# pork butt for benefit



## smokinbill1638 (Nov 6, 2018)

I have a question in reference to storing pork butts for a benefit.  I have been asked to cook for a benefit for the brother of a local firefighter that will be in december.  I was just informed that the pork butts will be dropped off tonight in a cooler from the person getting them.  Can I freeze them and thaw them later to smoke (I don't know if they are previously frozen at this point but trying to find out) and then freeze cooked chopped pork butt and reheat the day of benefit.  I normally vacuum seal and then boil them to reheat with adding juice back in.  My understanding is that even if they have previously been frozen, that I am okay as long as temp didn't reach 40 with thawing, to re-freeze them, is this correct?


----------



## smokerjim (Nov 6, 2018)

It probably  depends how long they were at 40 degrees if they were. I would say if they're not greenish and sticky, or don't smell you would be ok. I see no problem  smoking them and Re freezing , I'm sure some of the pros will be around though.


----------



## HalfSmoked (Nov 6, 2018)

I'm not one to refreeze meat that has not been cooked. If you have the time smoke and pull then freeze as you said reheating like a boiling bag. Just my $.02 Always above all cost keep safety first.

Warren


----------



## smokinbill1638 (Nov 6, 2018)

I have picked up pork butts and spoke to meat cutter that delivered them.   They have not been frozen.   So it's just freezing uncooked and then thawing to smoke,    then to freeze until benefit and thaw and heat.


----------



## smokinbill1638 (Nov 6, 2018)

I completely want safety first.   I worry about that.   That is why i wanted to ask you with a lot more experience than myself.


----------



## smokinq13 (Nov 6, 2018)

What's it worth... I've always done this.. all the pork butts I've gotten haven't been frozen. I've froze them for when i needed them, then thawed them out.. smoked and whatever leftovers i had i frozen for another time. The main thing is keeping out of the danger zone for both the thawing, smoking and reheating. 

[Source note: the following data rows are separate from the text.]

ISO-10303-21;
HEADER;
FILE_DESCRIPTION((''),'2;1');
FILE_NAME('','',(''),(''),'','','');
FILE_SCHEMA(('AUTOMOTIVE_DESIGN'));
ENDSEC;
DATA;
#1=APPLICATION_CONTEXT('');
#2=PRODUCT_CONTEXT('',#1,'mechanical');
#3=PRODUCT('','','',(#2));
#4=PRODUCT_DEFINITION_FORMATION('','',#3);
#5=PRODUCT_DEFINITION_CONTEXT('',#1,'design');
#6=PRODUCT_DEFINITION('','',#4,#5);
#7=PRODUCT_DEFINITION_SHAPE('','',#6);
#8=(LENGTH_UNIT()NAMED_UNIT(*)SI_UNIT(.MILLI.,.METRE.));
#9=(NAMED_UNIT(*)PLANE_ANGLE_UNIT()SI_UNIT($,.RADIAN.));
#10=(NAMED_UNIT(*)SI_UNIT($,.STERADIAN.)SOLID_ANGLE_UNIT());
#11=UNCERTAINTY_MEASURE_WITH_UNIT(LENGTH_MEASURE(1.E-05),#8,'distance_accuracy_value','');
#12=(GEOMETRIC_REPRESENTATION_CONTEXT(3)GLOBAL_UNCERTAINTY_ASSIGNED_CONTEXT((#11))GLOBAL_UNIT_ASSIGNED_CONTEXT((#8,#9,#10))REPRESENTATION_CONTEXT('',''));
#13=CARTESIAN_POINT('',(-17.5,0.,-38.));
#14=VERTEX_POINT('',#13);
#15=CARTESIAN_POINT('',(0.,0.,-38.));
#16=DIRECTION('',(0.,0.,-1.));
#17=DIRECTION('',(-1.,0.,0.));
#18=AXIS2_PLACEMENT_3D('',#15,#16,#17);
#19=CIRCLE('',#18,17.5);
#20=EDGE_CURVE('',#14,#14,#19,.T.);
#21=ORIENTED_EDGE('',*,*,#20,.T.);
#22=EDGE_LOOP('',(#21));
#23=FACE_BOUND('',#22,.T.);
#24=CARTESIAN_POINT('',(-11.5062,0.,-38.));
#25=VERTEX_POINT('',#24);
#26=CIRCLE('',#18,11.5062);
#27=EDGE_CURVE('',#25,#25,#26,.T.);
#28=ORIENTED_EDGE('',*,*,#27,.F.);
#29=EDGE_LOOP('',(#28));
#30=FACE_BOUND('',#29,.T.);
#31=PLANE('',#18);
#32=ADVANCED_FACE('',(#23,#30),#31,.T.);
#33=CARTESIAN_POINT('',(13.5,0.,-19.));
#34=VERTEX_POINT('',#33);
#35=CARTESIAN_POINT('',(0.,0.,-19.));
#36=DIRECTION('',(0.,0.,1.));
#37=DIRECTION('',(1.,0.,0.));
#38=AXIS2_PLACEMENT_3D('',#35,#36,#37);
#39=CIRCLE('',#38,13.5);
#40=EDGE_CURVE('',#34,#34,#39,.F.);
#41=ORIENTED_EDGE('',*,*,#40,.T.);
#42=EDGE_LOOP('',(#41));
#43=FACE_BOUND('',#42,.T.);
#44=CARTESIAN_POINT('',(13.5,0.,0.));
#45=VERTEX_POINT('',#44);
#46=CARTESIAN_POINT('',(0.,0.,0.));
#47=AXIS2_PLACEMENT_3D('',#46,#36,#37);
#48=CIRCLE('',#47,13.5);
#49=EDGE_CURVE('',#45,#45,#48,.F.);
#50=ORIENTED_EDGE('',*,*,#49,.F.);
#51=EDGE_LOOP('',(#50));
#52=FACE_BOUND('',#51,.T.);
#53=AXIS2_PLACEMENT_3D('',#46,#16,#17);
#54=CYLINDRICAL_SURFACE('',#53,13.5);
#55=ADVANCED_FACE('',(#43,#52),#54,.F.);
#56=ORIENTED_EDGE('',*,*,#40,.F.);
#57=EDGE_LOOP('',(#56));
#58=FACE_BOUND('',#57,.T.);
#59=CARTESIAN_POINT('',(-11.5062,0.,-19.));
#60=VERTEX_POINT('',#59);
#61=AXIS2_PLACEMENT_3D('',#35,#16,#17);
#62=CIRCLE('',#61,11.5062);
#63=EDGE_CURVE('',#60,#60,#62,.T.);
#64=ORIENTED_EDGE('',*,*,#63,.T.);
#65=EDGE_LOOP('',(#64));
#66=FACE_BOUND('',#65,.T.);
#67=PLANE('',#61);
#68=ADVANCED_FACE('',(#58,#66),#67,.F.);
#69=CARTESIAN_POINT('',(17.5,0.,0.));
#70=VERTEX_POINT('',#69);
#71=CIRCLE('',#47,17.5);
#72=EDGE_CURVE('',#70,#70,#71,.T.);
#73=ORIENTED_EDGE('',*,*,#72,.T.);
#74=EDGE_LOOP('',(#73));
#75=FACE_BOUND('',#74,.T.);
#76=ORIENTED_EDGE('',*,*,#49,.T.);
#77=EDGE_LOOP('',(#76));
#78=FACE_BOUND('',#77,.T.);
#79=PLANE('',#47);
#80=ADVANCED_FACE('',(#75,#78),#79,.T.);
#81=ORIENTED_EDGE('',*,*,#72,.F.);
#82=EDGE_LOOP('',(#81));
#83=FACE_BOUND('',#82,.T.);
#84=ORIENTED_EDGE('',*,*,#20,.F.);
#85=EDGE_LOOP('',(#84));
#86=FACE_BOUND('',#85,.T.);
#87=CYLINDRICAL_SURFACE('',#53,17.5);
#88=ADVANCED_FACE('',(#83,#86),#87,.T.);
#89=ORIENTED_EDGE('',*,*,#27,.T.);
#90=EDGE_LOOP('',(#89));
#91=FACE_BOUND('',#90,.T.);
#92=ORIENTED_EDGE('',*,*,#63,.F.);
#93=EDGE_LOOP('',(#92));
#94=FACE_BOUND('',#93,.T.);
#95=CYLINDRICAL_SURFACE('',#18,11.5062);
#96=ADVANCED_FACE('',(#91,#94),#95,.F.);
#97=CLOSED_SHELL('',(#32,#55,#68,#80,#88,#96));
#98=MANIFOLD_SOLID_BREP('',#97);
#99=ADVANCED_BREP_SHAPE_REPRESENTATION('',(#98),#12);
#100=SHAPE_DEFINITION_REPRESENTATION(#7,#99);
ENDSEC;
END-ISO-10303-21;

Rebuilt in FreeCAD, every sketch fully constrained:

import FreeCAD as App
import Part
import Sketcher

doc = App.newDocument("Part")
params = doc.addObject("Spreadsheet::Sheet", "Params")
for row, (alias, value) in enumerate([
    ("sketch1_diameter", "35 mm"),
    ("sketch1_diameter2", "27 mm"),
    ("sketch2_height", "19 mm"),
    ("sketch3_diameter", "35 mm"),
    ("sketch4_height", "19 mm"),
    ("hole_diameter", "23.0124 mm"),
], start=1):
    params.set(f"A{row}", alias)
    params.set(f"B{row}", "=" + value)
    params.setAlias(f"B{row}", alias)

body = doc.addObject("PartDesign::Body", "Body")

# Sketch on XY plane
sketch1 = body.newObject("Sketcher::SketchObject", "Sketch")
sketch1.AttachmentSupport = (doc.getObject("XY_Plane"), [""])
sketch1.MapMode = "FlatFace"
sketch1.addGeometry([
    Part.Circle(App.Vector(0, 0, 0), App.Vector(0, 0, 1), 18),
    Part.Circle(App.Vector(0, 0, 0), App.Vector(0, 0, 1), 14),
], False)
sketch1.addConstraint([
    Sketcher.Constraint("Coincident", 0, 3, -1, 1),
    Sketcher.Constraint("Coincident", 1, 3, -1, 1),
    Sketcher.Constraint("Diameter", 0, 35.0),
    Sketcher.Constraint("Diameter", 1, 27.0),
])
sketch1.setExpression("Constraints[2]", "Params.sketch1_diameter")
sketch1.setExpression("Constraints[3]", "Params.sketch1_diameter2")

# Sketch on XZ plane
sketch2 = body.newObject("Sketcher::SketchObject", "Sketch001")
sketch2.AttachmentSupport = (doc.getObject("XZ_Plane"), [""])
sketch2.MapMode = "FlatFace"
sketch2.addGeometry(Part.LineSegment(App.Vector(0, 0, 0), App.Vector(0, -19, 0)), False)
sketch2.addConstraint([
    Sketcher.Constraint("Vertical", 0),
    Sketcher.Constraint("Coincident", 0, 1, -1, 1),
    Sketcher.Constraint("DistanceY", 0, 2, 0, 1, 19.0),
])
sketch2.setExpression("Constraints[2]", "Params.sketch2_height")
doc.recompute()

additivepipe = body.newObject("PartDesign::AdditivePipe", "AdditivePipe")
additivepipe.Profile = sketch1
additivepipe.Spine = (sketch2, ["Edge1"])

# Sketch on XY plane
sketch3 = body.newObject("Sketcher::SketchObject", "Sketch002")
sketch3.AttachmentSupport = (doc.getObject("XY_Plane"), [""])
sketch3.MapMode = "FlatFace"
sketch3.AttachmentOffset = App.Placement(App.Vector(0, 0, -19), App.Rotation())
sketch3.addGeometry(Part.Circle(App.Vector(0, 0, 0), App.Vector(0, 0, 1), 18), False)
sketch3.addConstraint([
    Sketcher.Constraint("Coincident", 0, 3, -1, 1),
    Sketcher.Constraint("Diameter", 0, 35.0),
])
sketch3.setExpression("Constraints[1]", "Params.sketch3_diameter")

# Sketch on XZ plane
sketch4 = body.newObject("Sketcher::SketchObject", "Sketch003")
sketch4.AttachmentSupport = (doc.getObject("XZ_Plane"), [""])
sketch4.MapMode = "FlatFace"
sketch4.addGeometry(Part.LineSegment(App.Vector(0, -19, 0), App.Vector(0, -38, 0)), False)
sketch4.addConstraint([
    Sketcher.Constraint("Vertical", 0),
    Sketcher.Constraint("PointOnObject", 0, 1, -2),
    Sketcher.Constraint("DistanceY", 0, 2, 0, 1, 19.0),
    Sketcher.Constraint("DistanceY", 0, 1, -1, 1, 19.0),
])
sketch4.setExpression("Constraints[2]", "Params.sketch4_height")
doc.recompute()

additivepipe2 = body.newObject("PartDesign::AdditivePipe", "AdditivePipe001")
additivepipe2.Profile = sketch3
additivepipe2.Spine = (sketch4, ["Edge1"])

# Sketch on XY plane
sketch5 = body.newObject("Sketcher::SketchObject", "Sketch004")
sketch5.AttachmentSupport = (doc.getObject("XY_Plane"), [""])
sketch5.MapMode = "FlatFace"
sketch5.AttachmentOffset = App.Placement(App.Vector(0, 0, -38), App.Rotation())
sketch5.addGeometry(Part.Circle(App.Vector(0, 0, 0), App.Vector(0, 0, 1), 12), False)
sketch5.addConstraint([
    Sketcher.Constraint("Coincident", 0, 3, -1, 1),
    Sketcher.Constraint("Diameter", 0, 23.0124),
])
doc.recompute()
hole = body.newObject("PartDesign::Hole", "Hole")
hole.Profile = sketch5
hole.ThreadType = "None"
hole.setExpression("Diameter", "Params.hole_diameter")
hole.DepthType = "ThroughAll"
hole.Reversed = True

doc.recompute()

I did a surprise party last September where i smoked 7 pork butts( only have a mes30) and this is eactly what i did. Stored butts frozen, thawed, smoked, and then frozen finish product til i needed it. I will say for best results dont shred the pork for storage but rather chunk it

I'd still weigh on what others say but i see no problems


----------



## HalfSmoked (Nov 6, 2018)

smokinbill1638 said:


> I have picked up pork butts and spoke to meat cutter that delivered them.   They have not been frozen.   So it's just freezing uncooked and then thawing to smoke,    then to freeze until benefit and thaw and heat.




That makes it easy freeze thaw refreeze after cooking.

Warren


----------



## smokinbill1638 (Nov 6, 2018)

Thank you for all the replies.   I just wanted to make sure I didn't do something unsafe.  I know about keeping out of the Danger zone as I have in the past for smoking for my family and I.


----------



## smokinbill1638 (Nov 15, 2018)

So one more question, can I safely put a bucket of water in the fridge and let it get below 40, then put frozen/partially frozen pork butts in it to thaw quicker (butts have been staying in the fridge in a foil pan individually wrapped)?  I want to thaw and rub, then put back in fridge overnight and start smoking the next evening.  I'm so used to not freezing before smoking.


----------



## Mellowcheddar (Nov 19, 2018)

smokinbill1638 said:


> So one more question, can I safely put a bucket of water in the fridge and let it get below 40, then put frozen/partially frozen pork butts in it to thaw quicker (butts have been staying in the fridge in a foil pan individually wrapped)?  I want to thaw and rub, then put back in fridge overnight and start smoking the next evening.  I'm so used to not freezing before smoking.


It’s been a minute since i took ServSafe, but IIRC if you’re going to thaw something in water the water must be moving, like out of a tap.


----------